With wide application of language models, their ability to learn complex linguistic structures and semantic laws is applied to the topic modeling field to make up for shortcomings in semantic captures, such as LDA + SentenceBERT [6], GA + WGSDMM [7], LDA/GSDMM + BERT [8], etc. When using advanced language modeling to process long texts, it can learn long-distance dependencies and capture complex structures and deep semantics through a large number of parameters and deep network structures, thus improving the ability to grasp the text as a whole. This performs very effectively in understanding and analyzing long articles, news, etc. However, when these models are applied to short text processing, the sparsity problem still exists. The lack of contextual information still makes it difficult to provide rich features for model learning, and the brevity of short texts also leads to increased semantic ambiguity. Therefore, comprehension and topic modeling of short texts remains an urgent problem. It is necessary to develop new methods that are more suitable for the characteristics of short texts to improve semantic comprehension and accuracy.
In 2022, BERTopic was proposed, which uses advanced language models and class-based TF-IDF to generate topic representations. It outperforms other classical topic models, such as LDA, in terms of topic consistency, diversity, and runtime. However, BERTopic is oriented to regular text and still adopts regular processing even when dealing with short texts with sparse features, which easily leads to overfitting and affects the accuracy of the topic assignment. Moreover, in the semantic vector space generated using language models, the l2 paradigm of low-frequency words is larger, i.e., they are farther away from the origin. The sparse distribution makes them show significant anisotropy, and thus, there is still room for improvement in BERTopic with short texts. Based on the aforementioned idea of combining the language model and topic information, this paper tries to improve the clustering process of BERTopic by utilizing pre-clustered knowledge. Adding more features to measure sentence similarity, feature fusion, and dimensionality reduction are performed to mitigate the effect of l2 paradigms for low-frequency words and to improve the accuracy of topic assignments in short texts.
2. Related Work
2.1. Traditional Short-Text Topic Model
In general, topic models are commonly used to extract topic information from text corpora. Traditional topic models use word cooccurrence information to identify topics, such as LSA [9], PLSA [10], etc. Especially LDA [11], which has good generalization ability and extensibility, is widely used to discover hidden topics from text corpora. However, this approach is more suitable for long texts with rich topic matter [12]. Texts from the Internet are usually very short with limited contexts, and most of the above models and their variants do not take into account the specificity of short texts, and thus face serious data sparsity problems when applied to short texts.

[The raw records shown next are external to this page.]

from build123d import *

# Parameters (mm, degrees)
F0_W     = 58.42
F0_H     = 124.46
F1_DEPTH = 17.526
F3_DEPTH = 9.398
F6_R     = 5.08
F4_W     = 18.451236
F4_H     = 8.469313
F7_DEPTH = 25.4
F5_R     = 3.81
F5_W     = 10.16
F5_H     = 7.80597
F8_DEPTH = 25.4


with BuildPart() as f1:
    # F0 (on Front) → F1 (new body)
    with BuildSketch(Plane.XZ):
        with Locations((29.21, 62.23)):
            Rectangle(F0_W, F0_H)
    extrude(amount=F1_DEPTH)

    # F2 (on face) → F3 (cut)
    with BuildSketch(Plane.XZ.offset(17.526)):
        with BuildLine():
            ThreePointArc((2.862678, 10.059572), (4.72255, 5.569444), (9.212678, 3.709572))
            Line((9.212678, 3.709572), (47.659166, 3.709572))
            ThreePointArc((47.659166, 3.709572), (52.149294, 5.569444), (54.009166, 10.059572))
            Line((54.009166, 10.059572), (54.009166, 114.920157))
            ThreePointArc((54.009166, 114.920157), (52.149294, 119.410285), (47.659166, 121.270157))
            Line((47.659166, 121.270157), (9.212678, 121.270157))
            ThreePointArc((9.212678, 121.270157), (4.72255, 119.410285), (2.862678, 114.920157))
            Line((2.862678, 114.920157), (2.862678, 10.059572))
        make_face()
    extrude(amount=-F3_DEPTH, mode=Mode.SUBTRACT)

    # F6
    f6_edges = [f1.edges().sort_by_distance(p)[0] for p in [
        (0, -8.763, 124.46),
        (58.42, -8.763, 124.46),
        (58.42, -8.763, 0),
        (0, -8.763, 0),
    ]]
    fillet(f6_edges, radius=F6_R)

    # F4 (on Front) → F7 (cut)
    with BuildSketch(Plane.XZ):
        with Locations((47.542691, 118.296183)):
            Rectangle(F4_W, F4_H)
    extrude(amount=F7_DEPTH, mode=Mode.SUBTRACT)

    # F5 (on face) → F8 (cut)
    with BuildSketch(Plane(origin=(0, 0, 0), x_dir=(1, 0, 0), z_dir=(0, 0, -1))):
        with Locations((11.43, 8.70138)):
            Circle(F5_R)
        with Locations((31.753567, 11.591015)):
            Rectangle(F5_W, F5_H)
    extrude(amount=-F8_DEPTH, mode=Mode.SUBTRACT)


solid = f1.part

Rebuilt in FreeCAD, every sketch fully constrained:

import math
import FreeCAD as App
import Part
import Sketcher

V = App.Vector
Q = App.Units.Quantity


def edges_at(feature, points):
    """Names of the edges that pass closest to the given points."""
    edges = feature.Shape.Edges
    near = lambda p: min(range(len(edges)), key=lambda i: edges[i].distToShape(Part.Vertex(*p))[0])
    return sorted({f"Edge{near(p) + 1}" for p in points})


def add_polygon(sketch, points):
    """Adds a closed chain of lines whose ends are joined by coincident constraints."""
    first, n = sketch.GeometryCount, len(points)
    for a, b in zip(points, points[1:] + points[:1]):
        sketch.addGeometry(Part.LineSegment(App.Vector(*a, 0), App.Vector(*b, 0)), False)
    for i in range(n):
        sketch.addConstraint(Sketcher.Constraint("Coincident", first + i, 2, first + (i + 1) % n, 1))

doc = App.newDocument("Part")
body = doc.addObject("PartDesign::Body", "Body")

sketch1 = doc.addObject("Sketcher::SketchObject", "Sketch")
body.addObject(sketch1)
sketch1.AttachmentSupport = (doc.XZ_Plane, [""])
sketch1.MapMode = "FlatFace"
add_polygon(sketch1, [(0, 124.46), (0, 0), (58.42, 0), (58.42, 124.46)])
sketch1.addConstraint([
    Sketcher.Constraint("Vertical", 0),
    Sketcher.Constraint("Horizontal", 1),
    Sketcher.Constraint("Vertical", 2),
    Sketcher.Constraint("Horizontal", 3),
    Sketcher.Constraint("Coincident", 0, 2, -1, 1),
    Sketcher.Constraint("DistanceX", 1, 1, 1, 2, Q("2.3 in")),
    Sketcher.Constraint("DistanceY", 0, 2, 0, 1, Q("4.9 in")),
])
pad1 = doc.addObject("PartDesign::Pad", "Pad")
body.addObject(pad1)
pad1.Profile = sketch1
pad1.Length = Q("0.69 in")

sketch2 = doc.addObject("Sketcher::SketchObject", "Sketch001")
body.addObject(sketch2)
sketch2.AttachmentSupport = (doc.XZ_Plane, [""])
sketch2.MapMode = "FlatFace"
sketch2.AttachmentOffset = App.Placement(V(0, 0, 0.69 * 25.4), App.Rotation())
sketch2.addGeometry([
    Part.ArcOfCircle(Part.Circle(V(9.212678, 10.059572, 0), V(0, 0, 1), 6.35), math.radians(-179.999998), math.radians(-90.000002)),
    Part.LineSegment(V(9.212678, 3.709572, 0), V(47.659166, 3.709572, 0)),
    Part.ArcOfCircle(Part.Circle(V(47.659166, 10.059572, 0), V(0, 0, 1), 6.35), math.radians(-89.999998), math.radians(-0.000002)),
    Part.LineSegment(V(54.009166, 10.059572, 0), V(54.009166, 114.920157, 0)),
    Part.ArcOfCircle(Part.Circle(V(47.659166, 114.920157, 0), V(0, 0, 1), 6.35), math.radians(0.000002), math.radians(89.999998)),
    Part.LineSegment(V(47.659166, 121.270157, 0), V(9.212678, 121.270157, 0)),
    Part.ArcOfCircle(Part.Circle(V(9.212678, 114.920157, 0), V(0, 0, 1), 6.35), math.radians(90.000002), math.radians(179.999998)),
    Part.LineSegment(V(2.862678, 114.920157, 0), V(2.862678, 10.059572, 0)),
], False)
sketch2.addConstraint([
    Sketcher.Constraint("Tangent", 0, 2, 1, 1),
    Sketcher.Constraint("Tangent", 1, 2, 2, 1),
    Sketcher.Constraint("Tangent", 2, 2, 3, 1),
    Sketcher.Constraint("Tangent", 3, 2, 4, 1),
    Sketcher.Constraint("Tangent", 4, 2, 5, 1),
    Sketcher.Constraint("Tangent", 5, 2, 6, 1),
    Sketcher.Constraint("Tangent", 6, 2, 7, 1),
    Sketcher.Constraint("Tangent", 7, 2, 0, 1),
    Sketcher.Constraint("Horizontal", 1),
    Sketcher.Constraint("Vertical", 3),
    Sketcher.Constraint("Horizontal", 5),
    Sketcher.Constraint("Vertical", 7),
    Sketcher.Constraint("Equal", 0, 2),
    Sketcher.Constraint("Equal", 2, 4),
    Sketcher.Constraint("Equal", 4, 6),
    Sketcher.Constraint("Radius", 0, Q("0.25 in")),
    Sketcher.Constraint("DistanceX", 1, 1, 1, 2, 38.446488),
    Sketcher.Constraint("DistanceY", 3, 1, 3, 2, 104.860585),
    Sketcher.Constraint("DistanceX", -1, 1, 0, 3, 9.212678),
    Sketcher.Constraint("DistanceY", -1, 1, 2, 2, 10.059572),
])
pocket1 = doc.addObject("PartDesign::Pocket", "Pocket")
body.addObject(pocket1)
pocket1.Profile = sketch2
pocket1.Length = Q("0.37 in")
doc.recompute()

fillet = doc.addObject("PartDesign::Fillet", "Fillet")
body.addObject(fillet)
fillet.Base = (pocket1, edges_at(pocket1, [
    (0, -8.763, 124.46),
    (58.42, -8.763, 124.46),
    (58.42, -8.763, 0),
    (0, -8.763, 0),
]))
fillet.Radius = Q("0.2 in")

sketch3 = doc.addObject("Sketcher::SketchObject", "Sketch002")
body.addObject(sketch3)
sketch3.AttachmentSupport = (doc.XZ_Plane, [""])
sketch3.MapMode = "FlatFace"
add_polygon(sketch3, [(38.317073, 122.530839), (38.317073, 114.061526), (56.768309, 114.061526), (56.768309, 122.530839)])
sketch3.addConstraint([
    Sketcher.Constraint("Vertical", 0),
    Sketcher.Constraint("Horizontal", 1),
    Sketcher.Constraint("Vertical", 2),
    Sketcher.Constraint("Horizontal", 3),
    Sketcher.Constraint("DistanceX", 1, 1, 1, 2, 18.451236),
    Sketcher.Constraint("DistanceY", 0, 2, 0, 1, 8.469313),
    Sketcher.Constraint("DistanceX", -1, 1, 1, 2, 56.768309),
    Sketcher.Constraint("DistanceY", -1, 1, 2, 2, 122.530839),
])
pocket2 = doc.addObject("PartDesign::Pocket", "Pocket001")
body.addObject(pocket2)
pocket2.Profile = sketch3
pocket2.Length = Q("1 in")
pocket2.Reversed = True

sketch4 = doc.addObject("Sketcher::SketchObject", "Sketch003")
body.addObject(sketch4)
sketch4.AttachmentSupport = (doc.XY_Plane, [""])
sketch4.MapMode = "FlatFace"
sketch4.addGeometry(Part.Circle(V(11.43, -8.70138, 0), V(0, 0, 1), 3.81), False)
add_polygon(sketch4, [(26.673567, -15.494), (26.673567, -7.68803), (36.833567, -7.68803), (36.833567, -15.494)])
sketch4.addConstraint([
    Sketcher.Constraint("Vertical", 1),
    Sketcher.Constraint("Horizontal", 2),
    Sketcher.Constraint("Vertical", 3),
    Sketcher.Constraint("Horizontal", 4),
    Sketcher.Constraint("Diameter", 0, Q("0.3 in")),
    Sketcher.Constraint("DistanceX", 2, 1, 2, 2, Q("0.4 in")),
    Sketcher.Constraint("DistanceX", -1, 1, 0, 3, Q("0.45 in")),
    Sketcher.Constraint("DistanceY", 3, 2, -1, 1, Q("0.61 in")),
    Sketcher.Constraint("DistanceY", 1, 1, 1, 2, 7.80597),
    Sketcher.Constraint("DistanceY", 0, 3, -1, 1, 8.70138),
    Sketcher.Constraint("DistanceX", -1, 1, 1, 2, 26.673567),
])
pocket3 = doc.addObject("PartDesign::Pocket", "Pocket002")
body.addObject(pocket3)
pocket3.Profile = sketch4
pocket3.Length = Q("1 in")
pocket3.Reversed = True

doc.recompute()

A common solution to this problem is to extend short texts and aggregate them into lengthy pseudo-documents to enrich the representations of short texts, e.g., based on user groups [13], based on synonyms [14], based on the time of text publication [15] [16], etc. Alternatively, it is extended using external knowledge, such as WordNet [17], transfer learning with the help of long texts [18], and so on. Other methods are modified in mathematical theory for short texts, such as the bi-term topic model BTM [19], which uses bi-term co-occurrence information to model the corpus generation process.

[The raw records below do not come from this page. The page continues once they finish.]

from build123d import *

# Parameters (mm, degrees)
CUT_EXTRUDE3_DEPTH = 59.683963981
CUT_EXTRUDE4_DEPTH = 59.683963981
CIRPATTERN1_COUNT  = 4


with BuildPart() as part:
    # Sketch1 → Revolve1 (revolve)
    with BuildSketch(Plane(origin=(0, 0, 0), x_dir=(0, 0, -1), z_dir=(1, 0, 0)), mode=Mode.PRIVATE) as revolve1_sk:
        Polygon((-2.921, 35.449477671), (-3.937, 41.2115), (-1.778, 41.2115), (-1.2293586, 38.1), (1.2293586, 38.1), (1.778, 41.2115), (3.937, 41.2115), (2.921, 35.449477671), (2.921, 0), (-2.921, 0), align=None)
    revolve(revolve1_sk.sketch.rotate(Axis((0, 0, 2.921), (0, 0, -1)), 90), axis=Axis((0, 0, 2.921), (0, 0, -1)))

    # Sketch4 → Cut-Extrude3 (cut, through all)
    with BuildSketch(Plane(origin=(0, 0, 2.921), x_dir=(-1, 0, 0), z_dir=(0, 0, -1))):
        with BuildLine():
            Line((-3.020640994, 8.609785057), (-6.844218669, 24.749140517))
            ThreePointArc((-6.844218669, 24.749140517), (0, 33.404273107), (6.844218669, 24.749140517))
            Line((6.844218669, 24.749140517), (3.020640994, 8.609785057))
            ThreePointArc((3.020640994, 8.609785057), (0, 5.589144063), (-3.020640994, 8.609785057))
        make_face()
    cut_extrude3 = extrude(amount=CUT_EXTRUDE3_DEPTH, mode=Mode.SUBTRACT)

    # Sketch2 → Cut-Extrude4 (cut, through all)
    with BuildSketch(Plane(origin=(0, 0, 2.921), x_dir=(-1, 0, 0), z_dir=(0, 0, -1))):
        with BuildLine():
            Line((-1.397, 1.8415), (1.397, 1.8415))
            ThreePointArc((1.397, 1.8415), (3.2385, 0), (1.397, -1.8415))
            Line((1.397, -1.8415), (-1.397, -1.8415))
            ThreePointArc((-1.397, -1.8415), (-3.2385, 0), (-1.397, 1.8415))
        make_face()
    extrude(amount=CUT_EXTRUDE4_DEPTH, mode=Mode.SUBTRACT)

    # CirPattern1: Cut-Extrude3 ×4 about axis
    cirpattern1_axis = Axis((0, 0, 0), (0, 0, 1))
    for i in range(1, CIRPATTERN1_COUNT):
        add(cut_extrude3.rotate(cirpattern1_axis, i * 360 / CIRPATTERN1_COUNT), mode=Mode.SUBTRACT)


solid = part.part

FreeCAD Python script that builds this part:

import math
import FreeCAD as App
import Part
import Sketcher
Q = App.Units.Quantity


def add_polygon(sketch, points):
    """Adds a closed chain of lines whose ends are joined by coincident constraints."""
    first, n = sketch.GeometryCount, len(points)
    for a, b in zip(points, points[1:] + points[:1]):
        sketch.addGeometry(Part.LineSegment(App.Vector(*a, 0), App.Vector(*b, 0)), False)
    for i in range(n):
        sketch.addConstraint(Sketcher.Constraint("Coincident", first + i, 2, first + (i + 1) % n, 1))

doc = App.newDocument("Part")
body = doc.addObject("PartDesign::Body", "Body")

# Sketch on YZ plane
sketch1 = doc.addObject("Sketcher::SketchObject", "Sketch")
body.addObject(sketch1)
sketch1.AttachmentSupport = (doc.YZ_Plane, [""])
sketch1.MapMode = "FlatFace"
add_polygon(sketch1, [(41.2, 3.9), (35.4, 2.9), (0, 2.9), (0, -2.9), (35.4, -2.9), (41.2, -3.9), (41.2, -1.8), (38.1, -1.2), (38.1, 1.2), (41.2, 1.8)])  # lines 0-9
sketch1.addConstraint(Sketcher.Constraint("Horizontal", 1))
sketch1.addConstraint(Sketcher.Constraint("Vertical", 2))
sketch1.addConstraint(Sketcher.Constraint("Horizontal", 3))
sketch1.addConstraint(Sketcher.Constraint("Vertical", 5))
sketch1.addConstraint(Sketcher.Constraint("Vertical", 7))
sketch1.addConstraint(Sketcher.Constraint("Vertical", 9))
sketch1.addConstraint(Sketcher.Constraint("Symmetric", 1, 2, 2, 2, -1, 1))
sketch1.addConstraint(Sketcher.Constraint("Symmetric", 5, 2, 8, 2, -1))
sketch1.addConstraint(Sketcher.Constraint("Parallel", 4, 6))
sketch1.addConstraint(Sketcher.Constraint("Parallel", 0, 8))
sketch1.addConstraint(Sketcher.Constraint("Vertical", 0, 2, 3, 2))
sketch1.addConstraint(Sketcher.Constraint("Equal", 5, 9))
sketch1.addConstraint(Sketcher.Constraint("Angle", 0, Q("-170 deg")))
sketch1.addConstraint(Sketcher.Constraint("DistanceY", 2, 2, 2, 1, Q("0.23 in")))
sketch1.addConstraint(Sketcher.Constraint("DistanceX", -1, 1, 6, 2, Q("1.5 in")))
sketch1.addConstraint(Sketcher.Constraint("DistanceY", 5, 1, 5, 2, Q("0.085 in")))
sketch1.addConstraint(Sketcher.Constraint("DistanceY", 5, 2, -1, 1, Q("0.07 in")))
sketch1.addConstraint(Sketcher.Constraint("DistanceY", 7, 1, 7, 2, Q("0.0967999 in")))
revolution = doc.addObject("PartDesign::Revolution", "Revolution")
body.addObject(revolution)
revolution.Profile = sketch1
revolution.ReferenceAxis = (sketch1, ["V_Axis"])
revolution.Angle = 360

# Sketch on XY plane
sketch2 = doc.addObject("Sketcher::SketchObject", "Sketch001")
body.addObject(sketch2)
sketch2.AttachmentSupport = (doc.XY_Plane, [""])
sketch2.MapMode = "FlatFace"
sketch2.AttachmentOffset = App.Placement(App.Vector(0, 0, 0.115 * 25.4), App.Rotation())
sketch2.addGeometry(Part.LineSegment(App.Vector(6.844219, 24.749141, 0), App.Vector(3.020641, 8.609785, 0)), False)
sketch2.addGeometry(Part.ArcOfCircle(Part.Circle(App.Vector(0, 8.609785, 0), App.Vector(0, 0, 1), 3.020641), math.radians(180), math.radians(360)), False)
sketch2.addGeometry(Part.LineSegment(App.Vector(-3.020641, 8.609785, 0), App.Vector(-6.844219, 24.749141, 0)), False)
sketch2.addGeometry(Part.ArcOfCircle(Part.Circle(App.Vector(0, 26.370606, 0), App.Vector(0, 0, 1), 7.033667), math.radians(-13.328225), math.radians(193.328225)), False)
sketch2.addConstraint(Sketcher.Constraint("Coincident", 0, 2, 1, 2))
sketch2.addConstraint(Sketcher.Constraint("Coincident", 1, 1, 2, 1))
sketch2.addConstraint(Sketcher.Constraint("Coincident", 2, 2, 3, 2))
sketch2.addConstraint(Sketcher.Constraint("Coincident", 3, 1, 0, 1))
sketch2.addConstraint(Sketcher.Constraint("PointOnObject", 1, 3, -2))
sketch2.addConstraint(Sketcher.Constraint("PointOnObject", 3, 3, -2))
sketch2.addConstraint(Sketcher.Constraint("Radius", 1, Q("3.020641 mm")))
sketch2.addConstraint(Sketcher.Constraint("Radius", 3, Q("7.033667 mm")))
sketch2.addConstraint(Sketcher.Constraint("DistanceX", 2, 2, -1, 1, Q("6.844219 mm")))
sketch2.addConstraint(Sketcher.Constraint("DistanceY", -1, 1, 2, 2, Q("24.749141 mm")))
sketch2.addConstraint(Sketcher.Constraint("DistanceX", -1, 1, 3, 1, Q("6.844219 mm")))
sketch2.addConstraint(Sketcher.Constraint("DistanceY", 1, 3, 3, 3, Q("17.760821 mm")))
sketch2.addConstraint(Sketcher.Constraint("DistanceY", 0, 2, 3, 3, Q("17.760821 mm")))
sketch2.addConstraint(Sketcher.Constraint("DistanceY", 1, 1, 3, 3, Q("17.760821 mm")))
pocket1 = doc.addObject("PartDesign::Pocket", "Pocket")
body.addObject(pocket1)
pocket1.Profile = sketch2
pocket1.Type = "ThroughAll"

# Sketch on XY plane
sketch3 = doc.addObject("Sketcher::SketchObject", "Sketch002")
body.addObject(sketch3)
sketch3.AttachmentSupport = (doc.XY_Plane, [""])
sketch3.MapMode = "FlatFace"
sketch3.AttachmentOffset = App.Placement(App.Vector(0, 0, 0.115 * 25.4), App.Rotation())
sketch3.addGeometry(Part.LineSegment(App.Vector(-1.4, 1.8, 0), App.Vector(1.4, 1.8, 0)), False)
sketch3.addGeometry(Part.ArcOfCircle(Part.Circle(App.Vector(1.4, 0, 0), App.Vector(0, 0, 1), 1.8), math.radians(-90), math.radians(90)), False)
sketch3.addGeometry(Part.LineSegment(App.Vector(1.4, -1.8, 0), App.Vector(-1.4, -1.8, 0)), False)
sketch3.addGeometry(Part.ArcOfCircle(Part.Circle(App.Vector(-1.4, 0, 0), App.Vector(0, 0, 1), 1.8), math.radians(90), math.radians(270)), False)
sketch3.addConstraint(Sketcher.Constraint("Tangent", 0, 2, 1, 2))
sketch3.addConstraint(Sketcher.Constraint("Tangent", 1, 1, 2, 1))
sketch3.addConstraint(Sketcher.Constraint("Tangent", 2, 2, 3, 2))
sketch3.addConstraint(Sketcher.Constraint("Tangent", 3, 1, 0, 1))
sketch3.addConstraint(Sketcher.Constraint("Horizontal", 0))
sketch3.addConstraint(Sketcher.Constraint("Horizontal", 2))
sketch3.addConstraint(Sketcher.Constraint("Symmetric", 1, 3, 3, 3, -1, 1))
sketch3.addConstraint(Sketcher.Constraint("DistanceX", 0, 1, 0, 2, Q("0.11 in")))
sketch3.addConstraint(Sketcher.Constraint("Radius", 1, Q("0.0725 in")))
pocket2 = doc.addObject("PartDesign::Pocket", "Pocket001")
body.addObject(pocket2)
pocket2.Profile = sketch3
pocket2.Type = "ThroughAll"
doc.recompute()

polarpattern = doc.addObject("PartDesign::PolarPattern", "PolarPattern")
body.addObject(polarpattern)
polarpattern.Originals = [pocket1]
polarpattern.Axis = (doc.Z_Axis, [""])
polarpattern.Angle = 360
polarpattern.Occurrences = 4
body.Tip = polarpattern

doc.recompute()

GSDMM is an unsupervised topic model. It is solved in a similar way to LDA, except that it assumes that each document contains only one potential topic. Such an assumption is more in line with the actual situation of short texts such as comments, headlines, and other types of short texts. The model is based on the Dirichlet Multinominal Mixture Model (DMM), which generates documents and approximates the solution using collapsed Gibbs sampling. GSDMM implements clustering based on the two principles of completeness and consistency, and its performance is significantly better than that of K-means, HAC, and DMAFP. The model assumes that documents are generated according to a mixed polynomial distribution and that topics and documents correspond to one another.
However, these approaches are based on statistical knowledge and cannot solve the ambiguity problem. That is, multiple expressions of a certain meaning may be classified under different topics. Comprehension bias affects the accuracy of the results, so language models are gradually being used to explore more effective solution strategies.
2.2. Short-Text Topic Models Using Language Models
Effective embeddings can help recognize information at the syntactic and semantic levels [20] and enhance the semantic consistency of topics in short texts, so embedding-based techniques have been gradually used to improve topic modeling in recent years. For example, Fan et al. [21] classified short texts based on word embeddings with bi-directional GRU, WETM [22] and JEA-LDA [23] discovered structural information about topics and words based on word embeddings, and Jia et al. [24] used sentence embeddings and CNN to cluster textual features. In addition, embedding information can be combined with methods for extending text. For example, VAETM [25] inferred potential representations of topic distributions of short texts by combining word embeddings with external knowledge; ETM [26] inferred topics by aggregating short texts into pseudo-documents using word embeddings and applying Markov Random Field Regularization models.
Language models facilitate the development of topic modeling [27]. BERTopic [28] is a topic model that performs clustering based on embeddings. It transforms documents into dense vector representations using the pre-trained language model SentenceBERT [29], dimensionality reduction using the UMAP algorithm [30], clustering with HDBSCAN [31], and finally, applying a class-based variant of TF-IDF to extract the topic representation of each cluster. However, when dealing with a large number of short texts, sparse features introduce bias to clusters exclusively by the similarity of sentence embeddings, which makes it difficult for the language model in BERTopic to fully understand semantics.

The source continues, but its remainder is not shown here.